The results on this page are based on 31 GTEx datasets. After preprocessing each dataset using lenient filters in order to keep data for as many genes and samples as possible, we compared methods commonly used in RNA-seq analysis to effectively construct one coexpression network per dataset (i.e. building 31 GTEx networks).
Key stages of data processing and network building tested here: 1. Within-sample normalization: counts per million (CPM), transcripts per million (TPM), and reads per kilobase per million (RPKM), 2. Between-sample normalization: quantile (QNT), trimmed mean of M-values (TMM), and upper quartile (UQ), and 3. Network transformation: weighted topological overlap (WTO) and context likelihood of relatedness (CLR).
Individual methods are in regular font (e.g. TPM normalization) and workflows are italicized (e.g. TPM, which TPM combined with no between-sample normalization and no network transformation, or TPM_CLR, which is TPM paired with just CLR).
The evaluation metrics are:
Log2(auPRC/prior); auPRC is the area under the Precision-Recall Curve, prior is the expected auPRC from a random classifier. Focus on this metric to pick the workflow that results in an overall high-quality coexpression network.
auROC; area under the ROC Curve. This commonly-used metric also points to overall quality of the network but is not well-suited for imbalanced problems such as predicting gene functional relationships. We include this metric here for completion.
Log2(p20r/prior); p20r is precision at 20% recall. Focus on this metric if you are interested in applying a threshold to the coexpression network and select high-scoring gene pairs for some subsequent analysis.
The evaluations are based on:
Naive standard: Experimentally-verified gene co-annotations to specific Biological Process terms in the Gene Ontology, and
Tissue-aware standard: The naive gold standard subset by genes known to be expressed in a given tissue.

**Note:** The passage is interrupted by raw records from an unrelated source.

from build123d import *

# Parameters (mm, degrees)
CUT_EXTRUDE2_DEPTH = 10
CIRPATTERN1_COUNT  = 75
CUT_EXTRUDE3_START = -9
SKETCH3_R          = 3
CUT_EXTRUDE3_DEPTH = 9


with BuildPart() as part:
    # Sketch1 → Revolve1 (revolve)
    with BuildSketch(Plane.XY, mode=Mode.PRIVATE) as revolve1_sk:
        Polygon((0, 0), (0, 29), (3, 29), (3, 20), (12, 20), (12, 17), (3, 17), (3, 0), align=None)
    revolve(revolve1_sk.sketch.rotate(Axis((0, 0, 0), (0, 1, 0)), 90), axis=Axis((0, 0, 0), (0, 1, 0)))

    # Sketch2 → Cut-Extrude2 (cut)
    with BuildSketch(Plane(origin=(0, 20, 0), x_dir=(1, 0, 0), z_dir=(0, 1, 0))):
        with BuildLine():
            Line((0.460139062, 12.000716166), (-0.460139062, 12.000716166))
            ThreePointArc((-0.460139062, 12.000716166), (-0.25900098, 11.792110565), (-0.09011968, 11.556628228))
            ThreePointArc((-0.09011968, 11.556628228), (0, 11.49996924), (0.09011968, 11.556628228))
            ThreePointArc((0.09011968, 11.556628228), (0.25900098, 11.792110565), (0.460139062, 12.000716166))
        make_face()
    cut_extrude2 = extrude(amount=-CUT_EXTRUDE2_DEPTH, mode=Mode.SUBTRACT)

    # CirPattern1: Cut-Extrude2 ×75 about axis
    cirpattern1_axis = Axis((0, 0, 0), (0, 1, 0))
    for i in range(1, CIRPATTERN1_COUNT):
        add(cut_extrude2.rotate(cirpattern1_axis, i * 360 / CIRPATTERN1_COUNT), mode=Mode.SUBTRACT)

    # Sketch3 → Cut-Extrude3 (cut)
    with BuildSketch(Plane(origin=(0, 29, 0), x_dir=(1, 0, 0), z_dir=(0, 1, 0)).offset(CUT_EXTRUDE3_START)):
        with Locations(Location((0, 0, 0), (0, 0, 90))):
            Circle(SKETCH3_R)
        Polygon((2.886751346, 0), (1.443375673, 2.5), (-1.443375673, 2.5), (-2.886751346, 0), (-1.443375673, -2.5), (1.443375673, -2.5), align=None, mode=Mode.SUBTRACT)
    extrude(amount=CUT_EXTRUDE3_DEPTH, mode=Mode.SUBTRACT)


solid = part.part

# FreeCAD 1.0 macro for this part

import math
import FreeCAD as App
import Part
import Sketcher

V = App.Vector
Q = App.Units.Quantity


def add_polygon(sketch, points):
    """Adds a closed chain of lines whose ends are joined by coincident constraints."""
    first, n = sketch.GeometryCount, len(points)
    for a, b in zip(points, points[1:] + points[:1]):
        sketch.addGeometry(Part.LineSegment(App.Vector(*a, 0), App.Vector(*b, 0)), False)
    for i in range(n):
        sketch.addConstraint(Sketcher.Constraint("Coincident", first + i, 2, first + (i + 1) % n, 1))

doc = App.newDocument("Part")
params = doc.addObject("Spreadsheet::Sheet", "Params")
for row, (alias, value) in enumerate([
    ("sketch1_width", "3 mm"),
    ("sketch1_width2", "9 mm"),
    ("sketch1_height", "29 mm"),
    ("revolution_angle", "360 deg"),
    ("sketch2_radius", "2 mm"),
    ("sketch2_radius2", "0.1 mm"),
    ("pocket1_length", "10 mm"),
    ("sketch3_diameter", "6 mm"),
    ("pocket2_length", "9 mm"),
], start=1):
    params.set(f"A{row}", alias)
    params.set(f"B{row}", "=" + value)
    params.setAlias(f"B{row}", alias)

body = doc.addObject("PartDesign::Body", "Body")

# Sketch on XY plane
sketch1 = body.newObject("Sketcher::SketchObject", "Sketch")
sketch1.AttachmentSupport = (doc.getObject("XY_Plane"), [""])
sketch1.MapMode = "FlatFace"
add_polygon(sketch1, [(0, 29), (0, 0), (3, 0), (3, 17), (12, 17), (12, 20), (3, 20), (3, 29)])  # lines 0-7
sketch1.addConstraint([
    Sketcher.Constraint("Vertical", 0),
    Sketcher.Constraint("Horizontal", 1),
    Sketcher.Constraint("Vertical", 2),
    Sketcher.Constraint("Horizontal", 3),
    Sketcher.Constraint("Vertical", 4),
    Sketcher.Constraint("Horizontal", 5),
    Sketcher.Constraint("Vertical", 6),
    Sketcher.Constraint("Horizontal", 7),
    Sketcher.Constraint("Coincident", 0, 2, -1, 1),
    Sketcher.Constraint("Vertical", 2, 2, 5, 2),
    Sketcher.Constraint("Equal", 7, 4),
    Sketcher.Constraint("Equal", 5, 6),
    Sketcher.Constraint("DistanceX", 1, 1, 1, 2, 3.0),
    Sketcher.Constraint("DistanceX", 3, 1, 3, 2, 9.0),
    Sketcher.Constraint("DistanceY", 0, 2, 0, 1, 29.0),
])
sketch1.setExpression("Constraints[20]", "Params.sketch1_width")
sketch1.setExpression("Constraints[21]", "Params.sketch1_width2")
sketch1.setExpression("Constraints[22]", "Params.sketch1_height")
revolution = body.newObject("PartDesign::Revolution", "Revolution")
revolution.Profile = sketch1
revolution.ReferenceAxis = (sketch1, ["V_Axis"])
revolution.setExpression("Angle", "Params.revolution_angle")

# Sketch on XZ plane
sketch2 = body.newObject("Sketcher::SketchObject", "Sketch001")
sketch2.AttachmentSupport = (doc.getObject("XZ_Plane"), [""])
sketch2.MapMode = "FlatFace"
sketch2.AttachmentOffset = App.Placement(V(0, 0, -20), App.Rotation())
sketch2.addGeometry([
    Part.LineSegment(V(0.460139, -12.000716, 0), V(-0.460139, -12.000716, 0)),
    Part.ArcOfCircle(Part.Circle(V(-1.795535, -10.511852, 0), V(0, 0, 1), 2), math.radians(-48.11035), math.radians(-31.492584)),
    Part.ArcOfCircle(Part.Circle(V(0, -11.599969, 0), V(0, 0, 1), 0.1), math.radians(25.68417), math.radians(154.31583)),
    Part.ArcOfCircle(Part.Circle(V(1.795535, -10.511852, 0), V(0, 0, 1), 2), math.radians(-148.507416), math.radians(-131.88965)),
], False)
sketch2.addConstraint([
    Sketcher.Constraint("Coincident", 0, 2, 1, 1),
    Sketcher.Constraint("Coincident", 1, 2, 2, 2),
    Sketcher.Constraint("Coincident", 2, 1, 3, 1),
    Sketcher.Constraint("Coincident", 3, 2, 0, 1),
    Sketcher.Constraint("Horizontal", 0),
    Sketcher.Constraint("Equal", 1, 3),
    Sketcher.Constraint("Symmetric", 1, 3, 3, 3, -2),
    Sketcher.Constraint("PointOnObject", 2, 3, -2),
    Sketcher.Constraint("Radius", 1, 2.0),
    Sketcher.Constraint("Radius", 2, 0.1),
    Sketcher.Constraint("DistanceX", 0, 2, 0, 1, 0.920278),
    Sketcher.Constraint("DistanceY", 1, 3, -1, 1, 10.511852),
    Sketcher.Constraint("DistanceY", 2, 3, -1, 1, 11.599969),
    Sketcher.Constraint("DistanceX", 1, 2, -1, 1, 0.09012),
])
sketch2.setExpression("Constraints[8]", "Params.sketch2_radius")
sketch2.setExpression("Constraints[9]", "Params.sketch2_radius2")
pocket1 = body.newObject("PartDesign::Pocket", "Pocket")
pocket1.Profile = sketch2
pocket1.setExpression("Length", "Params.pocket1_length")
pocket1.Reversed = True
doc.recompute()

polarpattern = body.newObject("PartDesign::PolarPattern", "PolarPattern")
polarpattern.Originals = [pocket1]
polarpattern.Axis = (doc.getObject("Y_Axis"), [""])
polarpattern.Angle = 360
polarpattern.Occurrences = 75
body.Tip = polarpattern

# Sketch on XZ plane
sketch3 = body.newObject("Sketcher::SketchObject", "Sketch002")
sketch3.AttachmentSupport = (doc.getObject("XZ_Plane"), [""])
sketch3.MapMode = "FlatFace"
sketch3.AttachmentOffset = App.Placement(V(0, 0, -20), App.Rotation())
sketch3.addGeometry(Part.Circle(V(0, 0, 0), V(0, 0, 1), 3), False)  # 0
add_polygon(sketch3, [(1.443376, -2.5), (2.886751, 0), (1.443376, 2.5), (-1.443376, 2.5), (-2.886751, 0), (-1.443376, -2.5)])  # lines 1-6
sketch3.addConstraint([
    Sketcher.Constraint("Horizontal", 3),
    Sketcher.Constraint("Horizontal", 6),
    Sketcher.Constraint("Coincident", 0, 3, -1, 1),
    Sketcher.Constraint("Symmetric", 1, 2, 4, 2, -1, 1),
    Sketcher.Constraint("Symmetric", 2, 2, 5, 2, -1, 1),
    Sketcher.Constraint("PointOnObject", 1, 2, -1),
    Sketcher.Constraint("Parallel", 1, 4),
    Sketcher.Constraint("Vertical", 3, 2, 5, 2),
    Sketcher.Constraint("Diameter", 0, 6.0),
    Sketcher.Constraint("Angle", 1, Q("60 deg")),
    Sketcher.Constraint("DistanceY", 5, 2, 3, 2, 5.0),
    Sketcher.Constraint("DistanceX", 3, 2, 3, 1, 2.886751),
])
sketch3.setExpression("Constraints[14]", "Params.sketch3_diameter")
pocket2 = body.newObject("PartDesign::Pocket", "Pocket001")
pocket2.Profile = sketch3
pocket2.setExpression("Length", "Params.pocket2_length")

doc.recompute()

Sample size refers to the number of samples used to create a network. Each barplot shows the Spearman correlation of sample size and performance for each workflow.
Sample similarity is determined by subsetting all samples to the 50% most variable genes in the tissue it came from, then calculating the spearman correlation between all sample pairs in the experiment and taking the median value. Each barplot shows the Spearman correlation of sample similarity and performance for each workflow.
Read count diversity is calulated for a given experiment by taking the standard deviation of the sum of counts in each sample. Each barplot shows the Spearman correlation of read count diversity and performance for each workflow.
Each point in the interactive scatterplots represents the performance (y-axis) of each workflow (color of the point) in each tissue (x-axis).